I've been tracking calories and working out hard for quite awhile now, lost some initial weight (which I'm proud of!), but now I'm noticing the scale weighing in on the high side of what I'm comfortable with...not much, just a few pounds. I just have this HUGE fear of tipping over *a certain number of lbs.* again. I was so depressed this winter when I was overweight...it is just not fun. So when the scale starts to lean upwards and not downwards over a considerable time period (about a month) and have to re-evaluate what I'm doing.
And so, I re-evaluate. What am I doing to make weight loss difficult? I exercise and run, I eat very healthy, and I track everything - well almost everything - I eat.
I took some measurments this morning and compared them to that of Decembers. Almost all have gone down except - except my waist line :( I can't help but be discouraged. It is the last thing to go...but it is SO hard to lose and I just don't know what it will take. Honestly, it is a huge frustration. I know it is bad to focus on just one thing...that I do have other assets...I guess my frustration is in question form, "What will it take?!"

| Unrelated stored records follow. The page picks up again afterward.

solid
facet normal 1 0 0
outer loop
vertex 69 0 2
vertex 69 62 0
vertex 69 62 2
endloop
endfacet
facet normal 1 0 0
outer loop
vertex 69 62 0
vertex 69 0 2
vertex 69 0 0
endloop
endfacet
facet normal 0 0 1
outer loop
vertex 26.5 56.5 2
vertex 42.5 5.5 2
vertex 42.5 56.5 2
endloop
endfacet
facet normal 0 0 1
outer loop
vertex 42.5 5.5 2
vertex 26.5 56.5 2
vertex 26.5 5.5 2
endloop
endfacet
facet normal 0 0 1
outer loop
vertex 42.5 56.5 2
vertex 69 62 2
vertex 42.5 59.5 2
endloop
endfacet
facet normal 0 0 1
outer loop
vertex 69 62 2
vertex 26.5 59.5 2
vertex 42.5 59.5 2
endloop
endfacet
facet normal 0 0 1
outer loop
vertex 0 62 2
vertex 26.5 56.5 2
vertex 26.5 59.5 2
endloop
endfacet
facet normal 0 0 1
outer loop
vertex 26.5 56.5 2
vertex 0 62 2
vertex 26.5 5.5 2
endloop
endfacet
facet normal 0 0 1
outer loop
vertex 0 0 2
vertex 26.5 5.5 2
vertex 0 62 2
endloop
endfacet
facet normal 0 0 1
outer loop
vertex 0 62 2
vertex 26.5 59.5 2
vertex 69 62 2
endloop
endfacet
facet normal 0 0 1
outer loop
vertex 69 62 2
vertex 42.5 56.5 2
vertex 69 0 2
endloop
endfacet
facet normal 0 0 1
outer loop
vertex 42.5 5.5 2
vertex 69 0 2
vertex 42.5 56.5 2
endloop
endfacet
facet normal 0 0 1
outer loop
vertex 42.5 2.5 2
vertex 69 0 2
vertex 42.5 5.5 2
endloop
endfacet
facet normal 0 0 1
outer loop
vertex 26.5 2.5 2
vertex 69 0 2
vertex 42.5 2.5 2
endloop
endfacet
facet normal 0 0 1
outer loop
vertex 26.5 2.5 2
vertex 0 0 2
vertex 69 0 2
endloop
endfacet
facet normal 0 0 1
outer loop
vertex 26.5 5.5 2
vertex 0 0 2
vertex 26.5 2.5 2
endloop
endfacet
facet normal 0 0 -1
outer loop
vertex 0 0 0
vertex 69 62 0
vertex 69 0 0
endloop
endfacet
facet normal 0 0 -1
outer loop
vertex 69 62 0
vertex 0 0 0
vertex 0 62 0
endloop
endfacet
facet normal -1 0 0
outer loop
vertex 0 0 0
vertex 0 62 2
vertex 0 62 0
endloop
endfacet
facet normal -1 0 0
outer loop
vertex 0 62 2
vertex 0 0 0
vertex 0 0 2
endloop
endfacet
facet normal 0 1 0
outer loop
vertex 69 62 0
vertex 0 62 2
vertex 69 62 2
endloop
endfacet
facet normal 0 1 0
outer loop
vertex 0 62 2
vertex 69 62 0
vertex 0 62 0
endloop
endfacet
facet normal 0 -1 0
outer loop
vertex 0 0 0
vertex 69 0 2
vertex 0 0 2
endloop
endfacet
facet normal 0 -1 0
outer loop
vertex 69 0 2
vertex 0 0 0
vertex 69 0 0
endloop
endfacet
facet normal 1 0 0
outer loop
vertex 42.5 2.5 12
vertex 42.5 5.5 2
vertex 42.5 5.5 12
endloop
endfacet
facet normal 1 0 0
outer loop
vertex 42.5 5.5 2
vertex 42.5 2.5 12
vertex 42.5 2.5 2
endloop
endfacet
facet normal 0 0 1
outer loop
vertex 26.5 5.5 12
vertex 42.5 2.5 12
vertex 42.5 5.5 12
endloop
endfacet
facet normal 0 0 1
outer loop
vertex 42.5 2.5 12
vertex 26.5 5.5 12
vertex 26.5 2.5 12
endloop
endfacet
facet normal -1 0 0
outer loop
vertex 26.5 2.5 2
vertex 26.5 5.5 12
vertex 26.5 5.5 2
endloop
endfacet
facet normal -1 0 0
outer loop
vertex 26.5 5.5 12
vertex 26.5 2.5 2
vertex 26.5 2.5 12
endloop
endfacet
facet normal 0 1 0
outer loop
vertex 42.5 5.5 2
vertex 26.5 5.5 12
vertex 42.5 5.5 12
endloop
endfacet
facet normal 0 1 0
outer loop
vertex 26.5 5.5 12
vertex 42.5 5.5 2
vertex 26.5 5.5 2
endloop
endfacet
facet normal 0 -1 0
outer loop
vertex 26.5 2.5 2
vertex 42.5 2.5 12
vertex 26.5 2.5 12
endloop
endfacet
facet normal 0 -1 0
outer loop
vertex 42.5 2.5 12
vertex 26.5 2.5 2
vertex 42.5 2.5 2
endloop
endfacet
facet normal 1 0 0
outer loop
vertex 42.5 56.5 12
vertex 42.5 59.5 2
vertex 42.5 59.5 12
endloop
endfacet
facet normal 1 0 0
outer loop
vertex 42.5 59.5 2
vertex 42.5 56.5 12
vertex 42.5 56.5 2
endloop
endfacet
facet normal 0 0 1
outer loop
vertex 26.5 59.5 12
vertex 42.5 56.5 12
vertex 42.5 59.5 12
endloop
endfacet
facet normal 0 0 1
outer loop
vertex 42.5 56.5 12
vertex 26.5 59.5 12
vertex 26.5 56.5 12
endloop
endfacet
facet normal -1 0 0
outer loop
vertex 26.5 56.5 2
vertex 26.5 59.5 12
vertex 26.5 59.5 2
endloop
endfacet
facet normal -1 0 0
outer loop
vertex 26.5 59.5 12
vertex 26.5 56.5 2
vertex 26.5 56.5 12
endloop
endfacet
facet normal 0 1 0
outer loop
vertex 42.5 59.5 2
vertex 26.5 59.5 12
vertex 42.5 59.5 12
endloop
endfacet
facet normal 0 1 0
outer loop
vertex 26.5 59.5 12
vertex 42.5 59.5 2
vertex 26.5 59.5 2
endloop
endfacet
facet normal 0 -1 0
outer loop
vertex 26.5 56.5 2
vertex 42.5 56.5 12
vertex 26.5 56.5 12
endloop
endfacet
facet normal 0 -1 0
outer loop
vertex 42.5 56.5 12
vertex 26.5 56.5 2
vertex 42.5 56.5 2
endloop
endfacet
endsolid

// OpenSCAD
l=69;
w=62;
t=2;
g=2.5;
cube([l,w,t]);
translate([l/2-8,g,0]) cube([16,t+1,12]);
translate([l/2-8,w-g-t-1,0]) cube([16,t+1,12]);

Maybe I just need to stop being so paranoid about gaining a few pounds and losing weight. Being a very analytical person, it is so difficult. In my mind, I'm always searching for anwers and reasons WHY things happen, why people act the way they do, why, why, and why. Privately, I can be a little neurotic. But hey, I have an excuse. I'm a psych major aren't I??
Anyway, I think I might try and bring myself up with some good ol' reading and dreaming of new clothes. Haha.